Schwartz, is a woman who suffers from a such a rare disease So far, experts have not been able to identify it. But now he is one of the first patients to be treated at the first unnamed syndrome clinic, located in Great Britain.

However, the woman spent most of her teenage years traveling with her parents in hopes of finding them cure their ailments. However, he said tests showed nothing.

“Your parents heard that, they don’t think the doctor was wrong, because they did all those tests. So the diagnosis must be you making it up,” he said.

A hope for Schwartz

Over the years, Schwartz has presented several health complications, for that he decided again to find a solution to his problem. He finally received a partial diagnosis of mitochondrial disease in 2005, a group of conditions caused by defects in important parts of the body’s cells.

Also He was diagnosed with three other “very rare disorders”: neurological diseases, other diseases affecting the immunology and movement disorders, dystonia. As well as losing her hearing and sight, she has balance problems and can’t feel her hands or anything under her knees.

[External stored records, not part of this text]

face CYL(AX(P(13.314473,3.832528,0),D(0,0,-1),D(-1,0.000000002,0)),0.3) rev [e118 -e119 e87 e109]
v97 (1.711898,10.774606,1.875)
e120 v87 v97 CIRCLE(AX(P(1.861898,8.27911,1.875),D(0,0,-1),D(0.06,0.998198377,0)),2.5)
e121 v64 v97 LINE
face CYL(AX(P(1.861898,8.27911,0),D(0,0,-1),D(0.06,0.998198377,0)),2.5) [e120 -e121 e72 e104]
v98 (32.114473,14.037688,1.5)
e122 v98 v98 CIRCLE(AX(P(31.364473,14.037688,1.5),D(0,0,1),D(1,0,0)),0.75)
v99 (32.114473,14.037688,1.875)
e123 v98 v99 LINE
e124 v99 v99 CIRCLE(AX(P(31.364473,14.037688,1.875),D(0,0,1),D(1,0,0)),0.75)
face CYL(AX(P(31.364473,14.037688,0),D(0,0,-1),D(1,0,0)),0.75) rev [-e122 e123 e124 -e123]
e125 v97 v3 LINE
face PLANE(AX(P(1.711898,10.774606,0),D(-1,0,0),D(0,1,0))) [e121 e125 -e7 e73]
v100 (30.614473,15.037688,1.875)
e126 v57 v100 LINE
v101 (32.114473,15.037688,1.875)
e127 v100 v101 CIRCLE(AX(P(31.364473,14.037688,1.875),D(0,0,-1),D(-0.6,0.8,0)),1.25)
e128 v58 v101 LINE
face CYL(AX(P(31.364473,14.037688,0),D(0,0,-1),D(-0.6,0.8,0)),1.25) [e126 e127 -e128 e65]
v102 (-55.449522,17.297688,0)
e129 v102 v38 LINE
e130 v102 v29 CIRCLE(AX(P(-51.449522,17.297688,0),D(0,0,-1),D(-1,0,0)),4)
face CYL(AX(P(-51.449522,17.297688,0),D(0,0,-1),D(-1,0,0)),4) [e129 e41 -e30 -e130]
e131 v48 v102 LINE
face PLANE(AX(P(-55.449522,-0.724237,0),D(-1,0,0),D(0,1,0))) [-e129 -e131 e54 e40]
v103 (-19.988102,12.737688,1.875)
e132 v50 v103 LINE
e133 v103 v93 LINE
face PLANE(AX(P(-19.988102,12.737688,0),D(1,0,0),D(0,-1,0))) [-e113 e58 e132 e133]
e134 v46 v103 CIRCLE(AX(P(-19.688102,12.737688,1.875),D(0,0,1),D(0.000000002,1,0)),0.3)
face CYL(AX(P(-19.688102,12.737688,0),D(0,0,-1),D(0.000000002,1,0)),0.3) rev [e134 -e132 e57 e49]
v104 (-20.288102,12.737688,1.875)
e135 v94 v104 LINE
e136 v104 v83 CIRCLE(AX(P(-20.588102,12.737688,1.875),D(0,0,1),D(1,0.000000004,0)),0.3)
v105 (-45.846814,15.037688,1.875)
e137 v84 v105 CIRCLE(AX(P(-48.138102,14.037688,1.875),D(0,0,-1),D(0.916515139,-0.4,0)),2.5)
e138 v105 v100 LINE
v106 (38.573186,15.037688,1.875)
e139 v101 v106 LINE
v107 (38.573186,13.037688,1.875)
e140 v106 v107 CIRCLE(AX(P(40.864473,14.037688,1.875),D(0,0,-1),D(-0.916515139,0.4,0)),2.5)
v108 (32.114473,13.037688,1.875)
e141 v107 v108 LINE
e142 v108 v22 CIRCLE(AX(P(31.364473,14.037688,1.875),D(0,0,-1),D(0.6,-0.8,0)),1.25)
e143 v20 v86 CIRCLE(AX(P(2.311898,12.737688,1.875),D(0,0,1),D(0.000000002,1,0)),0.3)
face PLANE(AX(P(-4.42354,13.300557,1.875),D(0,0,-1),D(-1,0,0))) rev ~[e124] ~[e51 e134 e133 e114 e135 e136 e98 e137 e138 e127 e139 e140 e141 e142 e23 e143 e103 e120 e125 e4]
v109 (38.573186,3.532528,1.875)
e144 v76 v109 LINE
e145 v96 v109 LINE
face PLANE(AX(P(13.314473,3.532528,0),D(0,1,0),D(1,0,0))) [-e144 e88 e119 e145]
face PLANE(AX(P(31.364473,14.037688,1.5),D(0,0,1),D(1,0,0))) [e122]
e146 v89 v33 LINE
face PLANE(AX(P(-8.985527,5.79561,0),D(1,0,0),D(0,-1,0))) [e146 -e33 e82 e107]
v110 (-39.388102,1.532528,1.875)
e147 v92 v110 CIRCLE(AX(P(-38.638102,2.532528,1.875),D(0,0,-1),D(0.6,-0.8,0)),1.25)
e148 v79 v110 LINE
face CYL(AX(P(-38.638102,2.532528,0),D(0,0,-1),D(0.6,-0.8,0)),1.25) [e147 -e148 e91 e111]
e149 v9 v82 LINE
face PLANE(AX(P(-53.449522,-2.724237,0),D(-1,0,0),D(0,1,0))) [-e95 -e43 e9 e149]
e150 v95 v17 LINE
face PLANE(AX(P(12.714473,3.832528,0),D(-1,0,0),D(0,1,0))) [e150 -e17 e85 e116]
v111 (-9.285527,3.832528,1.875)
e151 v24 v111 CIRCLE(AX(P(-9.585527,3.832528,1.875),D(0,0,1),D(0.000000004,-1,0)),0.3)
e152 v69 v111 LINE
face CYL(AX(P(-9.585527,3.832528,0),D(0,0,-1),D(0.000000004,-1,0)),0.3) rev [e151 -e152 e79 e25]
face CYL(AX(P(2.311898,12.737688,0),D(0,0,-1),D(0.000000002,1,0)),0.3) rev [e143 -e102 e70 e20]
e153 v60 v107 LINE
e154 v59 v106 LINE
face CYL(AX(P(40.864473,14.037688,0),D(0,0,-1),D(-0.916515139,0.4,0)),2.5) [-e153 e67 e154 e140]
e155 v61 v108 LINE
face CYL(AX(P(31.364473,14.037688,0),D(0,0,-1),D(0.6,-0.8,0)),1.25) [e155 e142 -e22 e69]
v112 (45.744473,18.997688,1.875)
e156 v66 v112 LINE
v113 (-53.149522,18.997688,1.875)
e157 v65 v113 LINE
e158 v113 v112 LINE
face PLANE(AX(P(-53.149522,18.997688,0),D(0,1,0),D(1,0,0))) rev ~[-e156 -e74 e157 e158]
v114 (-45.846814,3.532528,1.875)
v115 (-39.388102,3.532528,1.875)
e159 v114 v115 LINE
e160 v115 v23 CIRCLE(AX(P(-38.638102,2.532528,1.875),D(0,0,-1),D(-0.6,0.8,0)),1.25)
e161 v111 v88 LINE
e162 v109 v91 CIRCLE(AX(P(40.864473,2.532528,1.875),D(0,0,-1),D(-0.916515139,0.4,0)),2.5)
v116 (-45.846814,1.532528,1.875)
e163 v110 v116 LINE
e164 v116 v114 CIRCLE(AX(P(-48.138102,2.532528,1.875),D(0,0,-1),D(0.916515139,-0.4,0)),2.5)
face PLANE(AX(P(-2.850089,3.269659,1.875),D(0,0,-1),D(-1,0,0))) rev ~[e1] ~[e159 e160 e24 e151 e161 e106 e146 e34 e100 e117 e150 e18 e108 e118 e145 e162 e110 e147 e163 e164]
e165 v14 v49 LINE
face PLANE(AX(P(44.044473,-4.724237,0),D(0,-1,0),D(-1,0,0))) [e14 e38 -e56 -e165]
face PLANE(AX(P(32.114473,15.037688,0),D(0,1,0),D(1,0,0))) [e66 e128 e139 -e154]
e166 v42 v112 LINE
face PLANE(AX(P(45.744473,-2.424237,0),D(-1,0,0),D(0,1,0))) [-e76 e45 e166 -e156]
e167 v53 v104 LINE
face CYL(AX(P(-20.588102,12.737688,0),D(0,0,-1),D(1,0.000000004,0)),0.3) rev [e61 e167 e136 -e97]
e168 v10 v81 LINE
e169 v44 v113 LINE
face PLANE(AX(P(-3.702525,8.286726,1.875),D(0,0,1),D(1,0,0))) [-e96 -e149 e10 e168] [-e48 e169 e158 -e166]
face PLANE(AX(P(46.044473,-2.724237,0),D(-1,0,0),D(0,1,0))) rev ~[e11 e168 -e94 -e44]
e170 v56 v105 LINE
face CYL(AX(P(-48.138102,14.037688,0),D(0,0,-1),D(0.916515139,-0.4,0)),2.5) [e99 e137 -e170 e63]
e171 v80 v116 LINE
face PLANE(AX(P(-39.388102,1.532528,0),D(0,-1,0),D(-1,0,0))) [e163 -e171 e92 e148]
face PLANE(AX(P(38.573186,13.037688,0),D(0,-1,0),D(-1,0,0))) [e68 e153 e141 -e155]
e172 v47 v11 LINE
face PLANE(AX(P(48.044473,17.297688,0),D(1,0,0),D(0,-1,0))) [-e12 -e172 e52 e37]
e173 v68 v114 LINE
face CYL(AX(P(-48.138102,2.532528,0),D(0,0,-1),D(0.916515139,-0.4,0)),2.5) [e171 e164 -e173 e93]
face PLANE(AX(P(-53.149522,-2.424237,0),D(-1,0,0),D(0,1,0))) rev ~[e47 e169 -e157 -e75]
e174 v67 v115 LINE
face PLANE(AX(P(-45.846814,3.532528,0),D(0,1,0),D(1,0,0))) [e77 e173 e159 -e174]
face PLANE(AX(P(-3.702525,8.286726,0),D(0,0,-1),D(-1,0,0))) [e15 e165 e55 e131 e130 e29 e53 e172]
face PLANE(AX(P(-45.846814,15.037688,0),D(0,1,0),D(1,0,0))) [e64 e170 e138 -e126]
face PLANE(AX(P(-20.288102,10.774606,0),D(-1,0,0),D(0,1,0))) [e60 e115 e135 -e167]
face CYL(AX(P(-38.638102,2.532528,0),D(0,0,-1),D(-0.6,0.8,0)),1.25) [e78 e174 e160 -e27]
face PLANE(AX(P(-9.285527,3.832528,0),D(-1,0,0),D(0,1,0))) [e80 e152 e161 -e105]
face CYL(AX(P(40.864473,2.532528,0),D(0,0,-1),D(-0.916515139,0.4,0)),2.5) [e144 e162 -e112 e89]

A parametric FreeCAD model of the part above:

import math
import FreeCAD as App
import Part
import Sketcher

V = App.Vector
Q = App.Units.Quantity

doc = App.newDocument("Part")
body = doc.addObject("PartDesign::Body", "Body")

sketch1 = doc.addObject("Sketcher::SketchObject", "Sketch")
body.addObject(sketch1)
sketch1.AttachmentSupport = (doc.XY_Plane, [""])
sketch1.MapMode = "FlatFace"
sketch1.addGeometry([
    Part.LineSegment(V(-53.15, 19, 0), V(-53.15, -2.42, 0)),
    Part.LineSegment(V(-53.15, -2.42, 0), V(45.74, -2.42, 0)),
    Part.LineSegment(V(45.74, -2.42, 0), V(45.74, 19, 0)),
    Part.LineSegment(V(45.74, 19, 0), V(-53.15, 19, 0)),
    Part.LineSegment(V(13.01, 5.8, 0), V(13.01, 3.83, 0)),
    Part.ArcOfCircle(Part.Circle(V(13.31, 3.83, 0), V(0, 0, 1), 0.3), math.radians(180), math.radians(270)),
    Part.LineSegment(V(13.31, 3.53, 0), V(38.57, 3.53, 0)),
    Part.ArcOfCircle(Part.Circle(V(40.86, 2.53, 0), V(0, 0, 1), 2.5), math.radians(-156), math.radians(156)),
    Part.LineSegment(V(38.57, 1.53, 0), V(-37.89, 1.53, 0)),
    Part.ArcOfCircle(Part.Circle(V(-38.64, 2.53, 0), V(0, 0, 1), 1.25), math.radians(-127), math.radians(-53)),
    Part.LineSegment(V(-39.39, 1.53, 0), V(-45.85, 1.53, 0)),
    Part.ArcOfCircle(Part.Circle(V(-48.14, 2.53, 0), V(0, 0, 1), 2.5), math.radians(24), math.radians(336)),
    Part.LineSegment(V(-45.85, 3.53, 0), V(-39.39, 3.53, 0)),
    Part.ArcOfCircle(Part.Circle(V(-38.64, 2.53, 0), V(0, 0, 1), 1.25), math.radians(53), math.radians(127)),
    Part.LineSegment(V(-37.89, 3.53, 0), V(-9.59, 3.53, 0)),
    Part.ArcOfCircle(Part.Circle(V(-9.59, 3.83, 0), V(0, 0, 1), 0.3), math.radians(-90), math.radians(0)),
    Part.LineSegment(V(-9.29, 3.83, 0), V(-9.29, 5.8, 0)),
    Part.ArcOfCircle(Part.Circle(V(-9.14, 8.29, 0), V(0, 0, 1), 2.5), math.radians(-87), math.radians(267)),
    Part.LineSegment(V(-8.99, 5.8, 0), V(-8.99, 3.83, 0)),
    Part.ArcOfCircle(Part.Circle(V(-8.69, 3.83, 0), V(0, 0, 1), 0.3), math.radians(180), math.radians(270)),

Nonetheless, he is confident that this will change with the help of the experts working on it the first national syndrome clinic without a name from the United Kingdom, is located in Cardiff, the capital of Wales, about 240 kilometers east of London, and is where he was born.

Experts predict that there may be more than 8 thousand rare diseases and that children are the most disadvantaged, because 50% of it disease it rarely affects children, and nearly a third of them will die before the age of 5 years.